Comment 6 J. Bruce Fields 2011-04-15 16:55:20 UTC
*** Bug 697032 has been marked as a duplicate of this bug. ***

Comment 7 Aristeu Rozanski 2011-04-20 22:06:00 UTC
Patch(es) available on kernel-2.6.32-131.0.5.el6

Comment 10 Nate Straz 2011-04-26 13:29:39 UTC
I ran into this during cluster relocation tests while running a -132 based kernel.  I re-ran it with kernel-2.6.32-131.0.5.el6.x86_64 and made it through the relocation tests.
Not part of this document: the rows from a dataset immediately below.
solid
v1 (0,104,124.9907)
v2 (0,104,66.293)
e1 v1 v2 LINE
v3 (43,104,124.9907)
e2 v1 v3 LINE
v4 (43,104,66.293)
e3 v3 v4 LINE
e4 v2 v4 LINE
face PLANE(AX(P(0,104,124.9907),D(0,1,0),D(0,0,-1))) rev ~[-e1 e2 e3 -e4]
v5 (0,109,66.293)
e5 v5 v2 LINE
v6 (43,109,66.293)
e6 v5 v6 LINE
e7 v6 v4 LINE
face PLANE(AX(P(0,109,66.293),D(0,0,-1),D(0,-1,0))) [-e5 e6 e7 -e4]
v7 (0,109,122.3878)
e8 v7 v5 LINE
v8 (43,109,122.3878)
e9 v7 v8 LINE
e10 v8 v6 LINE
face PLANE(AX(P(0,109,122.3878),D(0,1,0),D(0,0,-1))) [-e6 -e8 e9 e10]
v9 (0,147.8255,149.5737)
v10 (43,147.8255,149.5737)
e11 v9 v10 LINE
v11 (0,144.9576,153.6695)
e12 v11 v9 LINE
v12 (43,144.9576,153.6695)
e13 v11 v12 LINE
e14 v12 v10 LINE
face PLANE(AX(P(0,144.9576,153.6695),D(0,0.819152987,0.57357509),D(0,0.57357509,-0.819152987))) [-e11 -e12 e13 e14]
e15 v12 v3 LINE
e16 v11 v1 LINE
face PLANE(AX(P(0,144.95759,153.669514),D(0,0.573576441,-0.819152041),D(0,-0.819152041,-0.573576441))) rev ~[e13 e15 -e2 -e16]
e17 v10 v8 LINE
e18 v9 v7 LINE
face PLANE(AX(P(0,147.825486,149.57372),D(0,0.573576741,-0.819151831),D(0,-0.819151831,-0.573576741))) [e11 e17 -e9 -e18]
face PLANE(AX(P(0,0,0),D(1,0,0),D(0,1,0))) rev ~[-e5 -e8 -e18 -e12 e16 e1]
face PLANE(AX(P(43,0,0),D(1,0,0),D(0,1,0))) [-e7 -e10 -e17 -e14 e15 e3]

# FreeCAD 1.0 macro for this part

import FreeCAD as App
import Part
import Sketcher

V = App.Vector
Q = App.Units.Quantity


def add_polygon(sketch, points):
    """Adds a closed chain of lines whose ends are joined by coincident constraints."""
    first, n = sketch.GeometryCount, len(points)
    for a, b in zip(points, points[1:] + points[:1]):
        sketch.addGeometry(Part.LineSegment(App.Vector(*a, 0), App.Vector(*b, 0)), False)
    for i in range(n):
        sketch.addConstraint(Sketcher.Constraint("Coincident", first + i, 2, first + (i + 1) % n, 1))

doc = App.newDocument("Part")
body = doc.addObject("PartDesign::Body", "Body")

# Sketch on YZ plane
sketch1 = doc.addObject("Sketcher::SketchObject", "Sketch")
body.addObject(sketch1)
sketch1.AttachmentSupport = (doc.YZ_Plane, [""])
sketch1.MapMode = "FlatFace"
add_polygon(sketch1, [(145, 154), (104, 125), (104, 66), (109, 66), (109, 122), (148, 150)])  # lines 0-5
sketch1.addConstraint([
    Sketcher.Constraint("Vertical", 1),
    Sketcher.Constraint("Horizontal", 2),
    Sketcher.Constraint("Vertical", 3),
    Sketcher.Constraint("Parallel", 0, 4),
    Sketcher.Constraint("Perpendicular", 4, 5),
    Sketcher.Constraint("Distance", 0, 50.0),
    Sketcher.Constraint("DistanceX", 2, 1, 2, 2, 5.0),
    Sketcher.Constraint("Angle", 0, Q("-145 deg")),
    Sketcher.Constraint("Distance", 5, 5.0),
    Sketcher.Constraint("DistanceY", 1, 2, 1, 1, 58.6977),
    Sketcher.Constraint("DistanceX", -1, 1, 0, 2, 104.0),
    Sketcher.Constraint("DistanceY", -1, 1, 1, 2, 66.293),
])
pad1 = doc.addObject("PartDesign::Pad", "Pad")
body.addObject(pad1)
pad1.Profile = sketch1
pad1.Length = 43

doc.recompute()
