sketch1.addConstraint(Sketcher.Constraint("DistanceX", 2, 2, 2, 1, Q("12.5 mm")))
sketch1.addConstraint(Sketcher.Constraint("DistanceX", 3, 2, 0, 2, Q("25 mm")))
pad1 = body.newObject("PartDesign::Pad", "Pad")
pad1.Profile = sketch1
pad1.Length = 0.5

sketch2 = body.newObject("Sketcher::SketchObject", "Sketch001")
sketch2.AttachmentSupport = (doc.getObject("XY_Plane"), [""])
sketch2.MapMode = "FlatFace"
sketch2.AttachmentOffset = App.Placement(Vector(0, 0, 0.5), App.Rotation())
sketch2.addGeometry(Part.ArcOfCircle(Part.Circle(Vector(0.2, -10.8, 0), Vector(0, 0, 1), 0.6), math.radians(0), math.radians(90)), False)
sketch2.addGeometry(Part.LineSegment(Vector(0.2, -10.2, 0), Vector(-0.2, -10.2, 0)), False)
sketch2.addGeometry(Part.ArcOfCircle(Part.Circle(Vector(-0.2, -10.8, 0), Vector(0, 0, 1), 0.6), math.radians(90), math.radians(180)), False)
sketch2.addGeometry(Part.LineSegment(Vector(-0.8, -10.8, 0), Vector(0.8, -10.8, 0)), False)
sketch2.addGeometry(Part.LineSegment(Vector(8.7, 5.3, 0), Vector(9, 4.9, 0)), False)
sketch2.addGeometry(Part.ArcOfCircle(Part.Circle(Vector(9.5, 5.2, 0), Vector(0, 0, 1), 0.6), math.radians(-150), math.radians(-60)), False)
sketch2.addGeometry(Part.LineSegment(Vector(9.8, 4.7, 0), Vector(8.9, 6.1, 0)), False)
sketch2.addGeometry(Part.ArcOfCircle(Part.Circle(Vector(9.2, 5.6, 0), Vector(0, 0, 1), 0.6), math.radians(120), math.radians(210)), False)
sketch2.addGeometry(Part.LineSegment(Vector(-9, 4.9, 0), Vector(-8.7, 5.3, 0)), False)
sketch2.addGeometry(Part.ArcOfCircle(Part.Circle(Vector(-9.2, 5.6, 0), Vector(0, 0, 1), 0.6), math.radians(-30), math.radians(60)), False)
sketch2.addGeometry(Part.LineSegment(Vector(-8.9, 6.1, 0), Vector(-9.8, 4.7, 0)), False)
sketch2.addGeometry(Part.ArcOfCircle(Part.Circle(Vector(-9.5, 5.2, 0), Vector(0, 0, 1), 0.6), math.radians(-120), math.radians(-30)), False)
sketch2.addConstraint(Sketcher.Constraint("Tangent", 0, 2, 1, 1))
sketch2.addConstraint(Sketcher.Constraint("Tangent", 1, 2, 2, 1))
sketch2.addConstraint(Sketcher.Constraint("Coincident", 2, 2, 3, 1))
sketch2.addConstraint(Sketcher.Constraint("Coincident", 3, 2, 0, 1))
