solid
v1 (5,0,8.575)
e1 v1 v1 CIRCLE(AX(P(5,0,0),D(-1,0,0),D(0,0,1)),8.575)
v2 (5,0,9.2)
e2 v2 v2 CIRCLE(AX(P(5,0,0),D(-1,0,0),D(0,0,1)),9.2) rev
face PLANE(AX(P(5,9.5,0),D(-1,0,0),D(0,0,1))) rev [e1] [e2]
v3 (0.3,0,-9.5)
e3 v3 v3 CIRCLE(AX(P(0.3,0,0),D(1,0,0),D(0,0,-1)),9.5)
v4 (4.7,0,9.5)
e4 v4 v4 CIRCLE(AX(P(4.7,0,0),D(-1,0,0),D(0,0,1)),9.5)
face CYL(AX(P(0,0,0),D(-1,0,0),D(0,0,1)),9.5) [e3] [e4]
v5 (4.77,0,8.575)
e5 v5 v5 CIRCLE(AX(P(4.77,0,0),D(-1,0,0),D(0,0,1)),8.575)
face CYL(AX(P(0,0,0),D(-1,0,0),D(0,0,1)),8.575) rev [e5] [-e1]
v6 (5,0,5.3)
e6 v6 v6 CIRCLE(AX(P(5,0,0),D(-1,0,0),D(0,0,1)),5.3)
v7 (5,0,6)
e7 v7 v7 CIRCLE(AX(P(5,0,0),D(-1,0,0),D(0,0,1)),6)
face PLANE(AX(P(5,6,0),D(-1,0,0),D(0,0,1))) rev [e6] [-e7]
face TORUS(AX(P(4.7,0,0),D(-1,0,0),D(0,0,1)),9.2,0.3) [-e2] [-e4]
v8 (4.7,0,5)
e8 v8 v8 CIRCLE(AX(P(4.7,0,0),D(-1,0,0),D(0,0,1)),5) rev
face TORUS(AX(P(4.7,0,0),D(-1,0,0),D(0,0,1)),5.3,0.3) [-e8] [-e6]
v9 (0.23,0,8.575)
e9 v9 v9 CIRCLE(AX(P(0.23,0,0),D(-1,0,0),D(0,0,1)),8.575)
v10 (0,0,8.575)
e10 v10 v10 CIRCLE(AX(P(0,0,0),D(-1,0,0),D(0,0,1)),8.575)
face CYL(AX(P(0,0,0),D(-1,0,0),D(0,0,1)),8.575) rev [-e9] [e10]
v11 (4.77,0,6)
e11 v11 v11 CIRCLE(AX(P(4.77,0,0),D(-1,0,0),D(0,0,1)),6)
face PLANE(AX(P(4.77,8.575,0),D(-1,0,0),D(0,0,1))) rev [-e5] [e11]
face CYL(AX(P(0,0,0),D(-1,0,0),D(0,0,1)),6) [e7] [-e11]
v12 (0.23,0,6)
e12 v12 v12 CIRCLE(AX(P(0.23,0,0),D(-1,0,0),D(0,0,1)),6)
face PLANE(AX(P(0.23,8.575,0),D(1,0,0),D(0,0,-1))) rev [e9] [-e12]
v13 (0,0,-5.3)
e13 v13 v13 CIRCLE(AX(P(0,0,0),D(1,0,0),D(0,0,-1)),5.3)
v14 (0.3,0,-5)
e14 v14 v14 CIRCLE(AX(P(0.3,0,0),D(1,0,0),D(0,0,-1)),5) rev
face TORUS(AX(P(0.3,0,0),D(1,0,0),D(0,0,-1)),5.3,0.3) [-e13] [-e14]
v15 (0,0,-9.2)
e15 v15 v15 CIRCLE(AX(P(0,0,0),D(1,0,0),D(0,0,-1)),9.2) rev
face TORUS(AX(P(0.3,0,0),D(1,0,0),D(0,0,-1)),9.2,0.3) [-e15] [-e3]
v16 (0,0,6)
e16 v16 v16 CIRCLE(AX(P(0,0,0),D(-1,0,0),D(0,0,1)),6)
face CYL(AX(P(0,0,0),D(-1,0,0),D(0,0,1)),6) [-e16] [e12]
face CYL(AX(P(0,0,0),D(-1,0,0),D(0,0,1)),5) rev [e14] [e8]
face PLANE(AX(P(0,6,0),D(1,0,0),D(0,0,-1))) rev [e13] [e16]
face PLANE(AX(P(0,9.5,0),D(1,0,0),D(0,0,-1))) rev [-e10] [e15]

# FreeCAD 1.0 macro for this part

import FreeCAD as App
import Part
import Sketcher
from FreeCAD import Vector


def edges_at(feature, points):
    """Names of the edges that pass closest to the given points."""
    edges = feature.Shape.Edges
    near = lambda p: min(range(len(edges)), key=lambda i: edges[i].distToShape(Part.Vertex(*p))[0])
    return sorted({f"Edge{near(p) + 1}" for p in points})


def add_polygon(sketch, points):
    """Adds a closed chain of lines whose ends are joined by coincident constraints."""
    first, n = sketch.GeometryCount, len(points)
    for a, b in zip(points, points[1:] + points[:1]):
        sketch.addGeometry(Part.LineSegment(App.Vector(*a, 0), App.Vector(*b, 0)), False)
    for i in range(n):
        sketch.addConstraint(Sketcher.Constraint("Coincident", first + i, 2, first + (i + 1) % n, 1))

doc = App.newDocument("Part")
body = doc.addObject("PartDesign::Body", "Body")

sketch1 = doc.addObject("Sketcher::SketchObject", "Sketch")
body.addObject(sketch1)
sketch1.AttachmentSupport = (doc.XY_Plane, [""])
sketch1.MapMode = "FlatFace"
add_polygon(sketch1, [(0, 5), (5, 5), (5, 6), (4.77, 6), (4.77, 8.57), (5, 8.57), (5, 9.5), (0, 9.5), (0, 8.57), (0.23, 8.57), (0.23, 6), (0, 6)])
sketch1.addConstraint([
    Sketcher.Constraint("Horizontal", 0),
    Sketcher.Constraint("Vertical", 1),
    Sketcher.Constraint("Horizontal", 2),
    Sketcher.Constraint("Vertical", 3),
    Sketcher.Constraint("Horizontal", 4),
    Sketcher.Constraint("Vertical", 5),
    Sketcher.Constraint("Horizontal", 6),
    Sketcher.Constraint("Vertical", 7),
    Sketcher.Constraint("Horizontal", 8),
    Sketcher.Constraint("Vertical", 9),
    Sketcher.Constraint("Horizontal", 10),
    Sketcher.Constraint("Vertical", 11),
    Sketcher.Constraint("PointOnObject", 6, 2, -2),
    Sketcher.Constraint("PointOnObject", 10, 2, -2),
    Sketcher.Constraint("Horizontal", 4, 2, 7, 2),
    Sketcher.Constraint("Horizontal", 2, 2, 9, 2),
    Sketcher.Constraint("Vertical", 1, 2, 4, 2),
    Sketcher.Constraint("Equal", 4, 8),
    Sketcher.Constraint("DistanceX", 0, 1, 0, 2, 5.0),
    Sketcher.Constraint("DistanceY", 1, 1, 1, 2, 1.0),
    Sketcher.Constraint("DistanceY", -1, 1, 0, 2, 5.0),
    Sketcher.Constraint("DistanceX", 2, 2, 2, 1, 0.23),
    Sketcher.Constraint("DistanceY", -1, 1, 5, 2, 9.5),
    Sketcher.Constraint("DistanceY", 3, 1, 3, 2, 2.575),
])
revolution = doc.addObject("PartDesign::Revolution", "Revolution")
body.addObject(revolution)
revolution.Profile = sketch1
revolution.ReferenceAxis = (sketch1, ["H_Axis"])
revolution.Angle = 360
doc.recompute()

fillet = doc.addObject("PartDesign::Fillet", "Fillet")
body.addObject(fillet)
fillet.Base = (revolution, edges_at(revolution, [(0, 0, -9.5), (5, 0, -9.5)]))
fillet.Radius = 0.3
doc.recompute()

fillet2 = doc.addObject("PartDesign::Fillet", "Fillet001")
body.addObject(fillet2)
fillet2.Base = (fillet, edges_at(fillet, [(5, 0, -5), (0, 0, -5)]))
fillet2.Radius = 0.3

doc.recompute()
Is there a clone to make sure this patch makes it into 6.2?

Comment 11 J. Bruce Fields 2011-04-26 15:28:52 UTC
It's in as of kernel-2.6.32-134.el6.  As I understand it, that means it should be headed for both 6.1 and 6.2 already.

Comment 12 Nate Straz 2011-04-26 18:49:48 UTC
Sounds good, I'll mark this verified for 6.1.

Comment 13 errata-xmlrpc 2011-05-19 12:42:50 UTC
An advisory has been issued which should help the problem
described in this bug report. This report is therefore being
closed with a resolution of ERRATA. For more information
on therefore solution and/or where to find the updated files,
please follow the link below. You may reopen this bug report
if the solution does not work for you.

http://rhn.redhat.com/errata/RHSA-2011-0542.html

Comment 14 Yongcheng Yang 2019-11-27 06:19:44 UTC
(In reply to J. Bruce Fields from comment #3)
> Simplest reproducer I've found is:
> a) open a file
> b) restart the server
> c) get a lock on the open file descriptor while the server is still in its grace period (so within 90 seconds of step b).

This scenario has been covered by many tests under /kernel/filesystems/nfs/function/nfslock/ already.